On a homemade cross painted white, the children wrote Violet Trust Wells. Over her grave we planted a Rose of Sharon and a multitude of purple and white wood violets. Each of us stops by that special spot often and wonders . . .

Friends did not know what to say to ease our pain. There was nothing to say. Yet we were comforted that they cared. We are thankful for the time we had with Violet. Heaven is more precious because we have an investment there.

On Violet’s one-year birthday, I walked to her grave with her brand new baby sister in my arms. I told Lilyanna Faith that she has an older sister named Violet Trust.

Violet’s birth announcement had these words:

We didn’t get to run with you, but you beat us to heaven.

We didn’t get to teach you, but you taught us to trust.

We didn’t get to hear you, but you taught us to listen.

We didn’t get to bathe you, but you washed us with tears.

We didn’t get to comb your hair, but your beauty is beyond expectation.

We didn’t get to change your diaper, but you forever changed our hearts.

We didn’t get to sit on our porch together, but we see your place of rest.

We didn’t get to ride the horse with you, but you are now with the Creator of all.

We didn’t get to play music with you, but today you hear the heavenly choir.

We didn’t get to raise you, but you raised our heads towards Him whom we can trust.

We love you, Violet Trust.

What Do I Say?

When someone loses a loved one, what do I say? How can I be the hands of Jesus to someone suffering loss?
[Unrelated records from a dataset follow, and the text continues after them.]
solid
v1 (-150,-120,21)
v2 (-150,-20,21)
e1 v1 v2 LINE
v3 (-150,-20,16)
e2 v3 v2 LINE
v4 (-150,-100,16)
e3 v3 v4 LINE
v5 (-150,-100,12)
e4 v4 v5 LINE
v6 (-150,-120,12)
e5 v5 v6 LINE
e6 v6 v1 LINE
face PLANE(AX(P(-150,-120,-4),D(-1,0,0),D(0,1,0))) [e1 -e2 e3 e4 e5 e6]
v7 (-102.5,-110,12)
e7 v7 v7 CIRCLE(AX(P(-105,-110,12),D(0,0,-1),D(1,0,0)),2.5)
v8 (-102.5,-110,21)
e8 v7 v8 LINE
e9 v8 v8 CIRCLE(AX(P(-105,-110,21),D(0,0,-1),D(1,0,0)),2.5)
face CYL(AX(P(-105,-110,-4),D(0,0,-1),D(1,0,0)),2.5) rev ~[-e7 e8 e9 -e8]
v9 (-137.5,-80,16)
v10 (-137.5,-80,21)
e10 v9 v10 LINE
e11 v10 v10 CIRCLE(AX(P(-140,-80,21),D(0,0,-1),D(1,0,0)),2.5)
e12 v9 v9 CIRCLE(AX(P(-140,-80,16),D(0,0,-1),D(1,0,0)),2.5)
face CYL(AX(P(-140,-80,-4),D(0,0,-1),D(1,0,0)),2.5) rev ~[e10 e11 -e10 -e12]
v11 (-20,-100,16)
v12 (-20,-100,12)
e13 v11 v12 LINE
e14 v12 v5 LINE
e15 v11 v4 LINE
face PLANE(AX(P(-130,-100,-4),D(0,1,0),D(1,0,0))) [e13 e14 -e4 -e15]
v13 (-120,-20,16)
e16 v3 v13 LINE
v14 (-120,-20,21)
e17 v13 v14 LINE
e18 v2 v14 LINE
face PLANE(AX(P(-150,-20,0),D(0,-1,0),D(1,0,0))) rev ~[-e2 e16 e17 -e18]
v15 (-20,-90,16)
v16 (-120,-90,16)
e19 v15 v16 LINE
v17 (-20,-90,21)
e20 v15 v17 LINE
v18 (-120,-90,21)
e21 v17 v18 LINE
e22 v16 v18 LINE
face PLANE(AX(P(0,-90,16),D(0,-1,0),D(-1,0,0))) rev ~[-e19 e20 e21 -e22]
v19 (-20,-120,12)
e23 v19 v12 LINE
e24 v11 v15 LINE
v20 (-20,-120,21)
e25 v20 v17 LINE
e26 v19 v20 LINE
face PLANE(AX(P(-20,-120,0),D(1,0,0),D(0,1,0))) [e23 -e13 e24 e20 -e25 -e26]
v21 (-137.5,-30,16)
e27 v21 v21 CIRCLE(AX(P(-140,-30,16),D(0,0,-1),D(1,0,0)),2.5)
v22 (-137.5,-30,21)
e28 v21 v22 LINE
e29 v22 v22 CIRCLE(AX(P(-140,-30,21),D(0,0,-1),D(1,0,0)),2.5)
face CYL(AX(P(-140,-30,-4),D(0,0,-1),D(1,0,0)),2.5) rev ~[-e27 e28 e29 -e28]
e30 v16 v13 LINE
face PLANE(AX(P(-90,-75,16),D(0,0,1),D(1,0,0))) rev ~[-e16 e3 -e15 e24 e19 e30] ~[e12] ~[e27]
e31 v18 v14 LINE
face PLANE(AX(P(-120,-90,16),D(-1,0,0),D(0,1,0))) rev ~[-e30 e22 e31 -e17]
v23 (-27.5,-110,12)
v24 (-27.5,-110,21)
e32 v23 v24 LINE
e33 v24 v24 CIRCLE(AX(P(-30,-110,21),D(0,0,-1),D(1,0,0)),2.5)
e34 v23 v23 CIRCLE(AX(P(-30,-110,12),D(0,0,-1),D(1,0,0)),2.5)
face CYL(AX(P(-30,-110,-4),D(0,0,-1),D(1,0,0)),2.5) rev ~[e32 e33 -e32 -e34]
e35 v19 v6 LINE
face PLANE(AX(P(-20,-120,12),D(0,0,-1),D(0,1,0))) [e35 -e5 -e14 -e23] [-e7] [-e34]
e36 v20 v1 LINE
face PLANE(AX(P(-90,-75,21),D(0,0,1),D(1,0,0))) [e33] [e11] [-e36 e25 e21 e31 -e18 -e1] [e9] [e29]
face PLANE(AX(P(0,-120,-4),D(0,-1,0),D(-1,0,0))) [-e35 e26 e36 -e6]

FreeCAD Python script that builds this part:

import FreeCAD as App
import Part
import Sketcher

V = App.Vector

doc = App.newDocument("Part")
body = doc.addObject("PartDesign::Body", "Body")

sketch1 = body.newObject("Sketcher::SketchObject", "Sketch")
sketch1.AttachmentSupport = (doc.getObject("XY_Plane"), [""])
sketch1.MapMode = "FlatFace"
sketch1.addGeometry(Part.BSplineCurve([V(-116.5, 0, 0), V(-116.5, -86.5, 0), V(0, -86.5, 0)], [3, 3], [3.141592654, 4.71238898], False, 2, [1, 0.707106781, 1], False), False)
sketch1.addGeometry(Part.LineSegment(V(-116.5, 0, 0), V(-130, 0, 0)), False)
sketch1.addGeometry(Part.LineSegment(V(-130, 0, 0), V(-130, -100, 0)), False)
sketch1.addGeometry(Part.LineSegment(V(-130, -100, 0), V(0, -100, 0)), False)
sketch1.addGeometry(Part.LineSegment(V(0, -100, 0), V(0, -86.5, 0)), False)
sketch1.addConstraint(Sketcher.Constraint("Block", 0))
sketch1.addConstraint(Sketcher.Constraint("Coincident", 0, 1, 1, 1))
sketch1.addConstraint(Sketcher.Constraint("Coincident", 1, 2, 2, 1))
sketch1.addConstraint(Sketcher.Constraint("Coincident", 2, 2, 3, 1))
sketch1.addConstraint(Sketcher.Constraint("Coincident", 3, 2, 4, 1))
sketch1.addConstraint(Sketcher.Constraint("Coincident", 4, 2, 0, 2))
sketch1.addConstraint(Sketcher.Constraint("Horizontal", 1))
sketch1.addConstraint(Sketcher.Constraint("Vertical", 2))
sketch1.addConstraint(Sketcher.Constraint("Horizontal", 3))
sketch1.addConstraint(Sketcher.Constraint("Vertical", 4))
sketch1.addConstraint(Sketcher.Constraint("Equal", 1, 4))
sketch1.addConstraint(Sketcher.Constraint("DistanceX", 3, 1, 3, 2, 130.0))
pad1 = body.newObject("PartDesign::Pad", "Pad")
pad1.Profile = sketch1
pad1.Length = 12

sketch2 = body.newObject("Sketcher::SketchObject", "Sketch001")
sketch2.AttachmentSupport = (doc.getObject("XZ_Plane"), [""])
sketch2.MapMode = "FlatFace"
sketch2.AttachmentOffset = App.Placement(V(0, 0, 100), App.Rotation())
sketch2.addGeometry(Part.LineSegment(V(-130, 16, 0), V(-130, -4, 0)), False)
sketch2.addGeometry(Part.LineSegment(V(-130, -4, 0), V(0, -4, 0)), False)
sketch2.addGeometry(Part.LineSegment(V(0, -4, 0), V(0, 16, 0)), False)
sketch2.addGeometry(Part.LineSegment(V(0, 16, 0), V(-130, 16, 0)), False)
sketch2.addConstraint(Sketcher.Constraint("Coincident", 0, 2, 1, 1))
sketch2.addConstraint(Sketcher.Constraint("Coincident", 1, 2, 2, 1))
sketch2.addConstraint(Sketcher.Constraint("Coincident", 2, 2, 3, 1))
sketch2.addConstraint(Sketcher.Constraint("Coincident", 3, 2, 0, 1))
sketch2.addConstraint(Sketcher.Constraint("Vertical", 0))
sketch2.addConstraint(Sketcher.Constraint("Horizontal", 1))
sketch2.addConstraint(Sketcher.Constraint("Vertical", 2))
sketch2.addConstraint(Sketcher.Constraint("Horizontal", 3))
sketch2.addConstraint(Sketcher.Constraint("PointOnObject", 1, 2, -2))
sketch2.addConstraint(Sketcher.Constraint("DistanceX", 1, 1, 1, 2, 130.0))
sketch2.addConstraint(Sketcher.Constraint("DistanceY", 0, 2, 0, 1, 20.0))
sketch2.addConstraint(Sketcher.Constraint("DistanceY", 0, 2, -1, 1, 4.0))
pad2 = body.newObject("PartDesign::Pad", "Pad001")
pad2.Profile = sketch2
pad2.Length = 5
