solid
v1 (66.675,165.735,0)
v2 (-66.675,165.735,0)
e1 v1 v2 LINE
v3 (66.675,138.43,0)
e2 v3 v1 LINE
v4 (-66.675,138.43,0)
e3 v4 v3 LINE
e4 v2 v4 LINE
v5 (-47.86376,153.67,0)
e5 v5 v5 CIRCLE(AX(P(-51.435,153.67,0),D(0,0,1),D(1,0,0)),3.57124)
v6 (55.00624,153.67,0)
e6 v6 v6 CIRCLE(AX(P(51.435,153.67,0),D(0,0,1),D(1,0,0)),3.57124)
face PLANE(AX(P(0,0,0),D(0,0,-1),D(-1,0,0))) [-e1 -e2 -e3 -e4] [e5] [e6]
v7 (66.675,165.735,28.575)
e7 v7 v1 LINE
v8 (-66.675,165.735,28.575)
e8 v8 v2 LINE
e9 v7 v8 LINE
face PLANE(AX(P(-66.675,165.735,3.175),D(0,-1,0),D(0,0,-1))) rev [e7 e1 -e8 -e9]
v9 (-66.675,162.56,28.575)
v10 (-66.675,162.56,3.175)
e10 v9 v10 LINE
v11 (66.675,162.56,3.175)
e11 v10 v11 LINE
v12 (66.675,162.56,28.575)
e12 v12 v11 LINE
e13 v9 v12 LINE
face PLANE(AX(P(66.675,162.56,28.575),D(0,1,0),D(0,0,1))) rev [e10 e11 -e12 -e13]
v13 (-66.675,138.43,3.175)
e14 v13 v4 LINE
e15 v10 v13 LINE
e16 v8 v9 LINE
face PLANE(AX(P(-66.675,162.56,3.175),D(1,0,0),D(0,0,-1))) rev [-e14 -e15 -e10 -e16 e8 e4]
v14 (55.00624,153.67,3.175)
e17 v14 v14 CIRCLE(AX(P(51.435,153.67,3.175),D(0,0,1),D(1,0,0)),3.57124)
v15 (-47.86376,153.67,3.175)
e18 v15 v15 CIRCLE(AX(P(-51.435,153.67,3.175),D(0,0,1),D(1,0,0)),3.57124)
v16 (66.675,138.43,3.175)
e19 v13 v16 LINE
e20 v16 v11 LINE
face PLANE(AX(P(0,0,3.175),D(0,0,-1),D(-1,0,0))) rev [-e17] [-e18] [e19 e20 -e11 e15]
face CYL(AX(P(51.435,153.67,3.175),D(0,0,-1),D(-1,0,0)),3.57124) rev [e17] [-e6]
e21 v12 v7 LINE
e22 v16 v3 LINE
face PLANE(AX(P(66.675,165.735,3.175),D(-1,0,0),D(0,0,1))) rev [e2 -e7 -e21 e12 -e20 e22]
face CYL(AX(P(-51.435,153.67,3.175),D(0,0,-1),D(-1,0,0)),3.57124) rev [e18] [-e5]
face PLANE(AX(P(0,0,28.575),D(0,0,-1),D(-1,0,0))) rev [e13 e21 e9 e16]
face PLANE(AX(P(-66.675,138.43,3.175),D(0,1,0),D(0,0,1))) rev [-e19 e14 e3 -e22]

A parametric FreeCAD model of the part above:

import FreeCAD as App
import Part
import Sketcher
from FreeCAD import Vector
Q = App.Units.Quantity


def add_polygon(sketch, points):
    """Adds a closed chain of lines whose ends are joined by coincident constraints."""
    first, n = sketch.GeometryCount, len(points)
    for a, b in zip(points, points[1:] + points[:1]):
        sketch.addGeometry(Part.LineSegment(App.Vector(*a, 0), App.Vector(*b, 0)), False)
    for i in range(n):
        sketch.addConstraint(Sketcher.Constraint("Coincident", first + i, 2, first + (i + 1) % n, 1))

doc = App.newDocument("Part")
body = doc.addObject("PartDesign::Body", "Body")

# Sketch on XY plane
sketch1 = body.newObject("Sketcher::SketchObject", "Sketch")
sketch1.AttachmentSupport = (doc.getObject("XY_Plane"), [""])
sketch1.MapMode = "FlatFace"
add_polygon(sketch1, [(-66.7, 138.4), (66.7, 138.4), (66.7, 165.7), (-66.7, 165.7)])  # lines 0-3
sketch1.addGeometry(Part.Circle(Vector(-51.4, 153.7, 0), Vector(0, 0, 1), 3.6), False)  # 4
sketch1.addGeometry(Part.Circle(Vector(51.4, 153.7, 0), Vector(0, 0, 1), 3.6), False)  # 5
sketch1.addConstraint(Sketcher.Constraint("Horizontal", 0))
sketch1.addConstraint(Sketcher.Constraint("Vertical", 1))
sketch1.addConstraint(Sketcher.Constraint("Horizontal", 2))
sketch1.addConstraint(Sketcher.Constraint("Vertical", 3))
sketch1.addConstraint(Sketcher.Constraint("Equal", 4, 5))
sketch1.addConstraint(Sketcher.Constraint("Symmetric", 4, 3, 5, 3, -2))
sketch1.addConstraint(Sketcher.Constraint("Diameter", 4, Q("0.2812 in")))
sketch1.addConstraint(Sketcher.Constraint("DistanceX", 0, 1, 0, 2, Q("5.25 in")))
sketch1.addConstraint(Sketcher.Constraint("DistanceX", 5, 3, 0, 2, Q("0.6 in")))
sketch1.addConstraint(Sketcher.Constraint("DistanceY", 0, 2, 5, 3, Q("0.6 in")))
sketch1.addConstraint(Sketcher.Constraint("DistanceX", 2, 2, 4, 3, Q("0.6 in")))
sketch1.addConstraint(Sketcher.Constraint("DistanceY", 1, 1, 1, 2, Q("1.075 in")))
sketch1.addConstraint(Sketcher.Constraint("DistanceY", -1, 1, 4, 3, Q("6.05 in")))
pad1 = body.newObject("PartDesign::Pad", "Pad")
pad1.Profile = sketch1
pad1.Length = Q("0.125 in")

# Sketch on XY plane
sketch2 = body.newObject("Sketcher::SketchObject", "Sketch001")
sketch2.AttachmentSupport = (doc.getObject("XY_Plane"), [""])
sketch2.MapMode = "FlatFace"
sketch2.AttachmentOffset = App.Placement(Vector(0, 0, 0.125 * 25.4), App.Rotation())
add_polygon(sketch2, [(-66.7, 165.7), (-66.7, 162.6), (66.7, 162.6), (66.7, 165.7)])  # lines 0-3
sketch2.addConstraint(Sketcher.Constraint("Vertical", 0))
sketch2.addConstraint(Sketcher.Constraint("Horizontal", 1))
sketch2.addConstraint(Sketcher.Constraint("Vertical", 2))
sketch2.addConstraint(Sketcher.Constraint("Horizontal", 3))
sketch2.addConstraint(Sketcher.Constraint("DistanceX", 1, 1, 1, 2, Q("5.25 in")))
sketch2.addConstraint(Sketcher.Constraint("DistanceY", -1, 1, 0, 2, Q("6.4 in")))
sketch2.addConstraint(Sketcher.Constraint("DistanceY", 0, 2, 0, 1, Q("0.125 in")))
sketch2.addConstraint(Sketcher.Constraint("DistanceX", 0, 2, -1, 1, Q("2.625 in")))
pad2 = body.newObject("PartDesign::Pad", "Pad001")
pad2.Profile = sketch2
pad2.Length = Q("1 in")

doc.recompute()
In times of deep grief, I have found that hope is more important than advice. Job said it this way, “Is my strength the strength of stones, Or is my flesh bronze? Is it that my help is not within me,
And that deliverance is driven from me? For the despairing man there should be kindness from his friend; So that he does not forsake the fear of the Almighty” (Job 6:12–14 NASB). During those dark hours, Jesus calls us not to be experts but to come alongside and provide encouragement.

“A friend sent flowers on that first sad Mother’s Day after my mom died,” my Sunday school teacher said. “I felt loved and understood.”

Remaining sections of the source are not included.